Fernandez Rundle said that the officers were called out to a shopping center on Dec. 17 about a homeless man who was frequenting the area, according to the AP. Orfila and Otano reportedly handcuffed the man, put him in a police vehicle, and allegedly drove him to a remote location a few miles away.

The officers allegedly beat the man and threw him to the ground, according to the AP.

The New York Times reported that Fernandez Rundle said surveillance video that was taken from the shopping center showed no reason why the man was taken into custody.

The homeless man was identified as Jose Ortega Gutierrez, 50, according to the newspaper.

Gutierrez reportedly lost consciousness during the beating, according to the Times. An off-duty Hialeah police officer walking his dog spotted him as he regained consciousness and called 911.

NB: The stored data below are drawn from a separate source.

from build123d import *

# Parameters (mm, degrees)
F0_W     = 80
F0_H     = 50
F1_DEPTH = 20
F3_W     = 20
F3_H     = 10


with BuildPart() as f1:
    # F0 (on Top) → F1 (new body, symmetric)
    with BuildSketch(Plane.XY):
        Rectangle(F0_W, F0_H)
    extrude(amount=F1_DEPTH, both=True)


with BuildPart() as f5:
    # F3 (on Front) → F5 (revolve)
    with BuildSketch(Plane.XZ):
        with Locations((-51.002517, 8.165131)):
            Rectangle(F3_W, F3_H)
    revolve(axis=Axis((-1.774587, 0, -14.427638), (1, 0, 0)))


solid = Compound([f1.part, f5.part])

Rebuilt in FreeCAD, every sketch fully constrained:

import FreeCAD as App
import Part
import Sketcher


def add_polygon(sketch, points):
    """Adds a closed chain of lines whose ends are joined by coincident constraints."""
    first, n = sketch.GeometryCount, len(points)
    for a, b in zip(points, points[1:] + points[:1]):
        sketch.addGeometry(Part.LineSegment(App.Vector(*a, 0), App.Vector(*b, 0)), False)
    for i in range(n):
        sketch.addConstraint(Sketcher.Constraint("Coincident", first + i, 2, first + (i + 1) % n, 1))

doc = App.newDocument("Part")
params = doc.addObject("Spreadsheet::Sheet", "Params")
for row, (alias, value) in enumerate([
    ("sketch1_width", "80 mm"),
    ("sketch1_height", "50 mm"),
    ("pad1_length", "40 mm"),
    ("sketch2_width", "20 mm"),
    ("sketch2_height", "10 mm"),
    ("revolution_angle", "360 deg"),
], start=1):
    params.set(f"A{row}", alias)
    params.set(f"B{row}", "=" + value)
    params.setAlias(f"B{row}", alias)

body = doc.addObject("PartDesign::Body", "Body")

# Sketch on XY plane
sketch1 = body.newObject("Sketcher::SketchObject", "Sketch")
sketch1.AttachmentSupport = (doc.getObject("XY_Plane"), [""])
sketch1.MapMode = "FlatFace"
add_polygon(sketch1, [(-40, 25), (-40, -25), (40, -25), (40, 25)])  # lines 0-3
sketch1.addConstraint([
    Sketcher.Constraint("Vertical", 0),
    Sketcher.Constraint("Horizontal", 1),
    Sketcher.Constraint("Vertical", 2),
    Sketcher.Constraint("Horizontal", 3),
    Sketcher.Constraint("Symmetric", 0, 2, 2, 2, -1, 1),
    Sketcher.Constraint("DistanceX", 1, 1, 1, 2, 80.0),
    Sketcher.Constraint("DistanceY", 0, 2, 0, 1, 50.0),
])
sketch1.setExpression("Constraints[9]", "Params.sketch1_width")
sketch1.setExpression("Constraints[10]", "Params.sketch1_height")
pad1 = body.newObject("PartDesign::Pad", "Pad")
pad1.Profile = sketch1
pad1.setExpression("Length", "Params.pad1_length")
pad1.Midplane = True
body2 = doc.addObject("PartDesign::Body", "Body001")

# Sketch on XZ plane
sketch2 = body2.newObject("Sketcher::SketchObject", "Sketch001")
sketch2.AttachmentSupport = (doc.getObject("XZ_Plane001"), [""])
sketch2.MapMode = "FlatFace"
add_polygon(sketch2, [(-61.002517, 13.165131), (-61.002517, 3.165131), (-41.002517, 3.165131), (-41.002517, 13.165131)])  # lines 0-3
sketch2.addGeometry(Part.LineSegment(App.Vector(-61.002517, -14.427638, 0), App.Vector(-41.002517, -14.427638, 0)), True)  # axis
sketch2.addConstraint([
    Sketcher.Constraint("Vertical", 0),
    Sketcher.Constraint("Horizontal", 1),
    Sketcher.Constraint("Vertical", 2),
    Sketcher.Constraint("Horizontal", 3),
    Sketcher.Constraint("Horizontal", 4),
    Sketcher.Constraint("Vertical", 3, 2, 4, 1),
    Sketcher.Constraint("Vertical", 2, 2, 4, 2),
    Sketcher.Constraint("DistanceX", 1, 1, 1, 2, 20.0),
    Sketcher.Constraint("DistanceY", 0, 2, 0, 1, 10.0),
    Sketcher.Constraint("DistanceY", -1, 1, 0, 2, 3.165131),
    Sketcher.Constraint("DistanceY", 4, 1, 0, 2, 17.592769),
    Sketcher.Constraint("DistanceX", 0, 2, -1, 1, 61.002517),
])
sketch2.setExpression("Constraints[11]", "Params.sketch2_width")
sketch2.setExpression("Constraints[12]", "Params.sketch2_height")
revolution = body2.newObject("PartDesign::Revolution", "Revolution")
revolution.Profile = sketch2
revolution.ReferenceAxis = (sketch2, ["Axis0"])
revolution.setExpression("Angle", "Params.revolution_angle")

doc.recompute()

Gutierrez reportedly told the officer that two officers had been him, Fernandez Rundle said. He was taken to the hospital where he received treatment for his injuries.

Twelve days after the investigation, investigators reportedly learned that a civilian approached Gutierrez and allegedly offered him $1,200 to recant his original statement to police. According to Fernandez Rundle, he reportedly took the money but then told investigators that his original statement was accurate, according to the AP.

A third man, Ali Amin Saleh, 45, was additionally charged with witness tampering for trying to “cover up” what the officers did, according to the Times.

No further information has been released.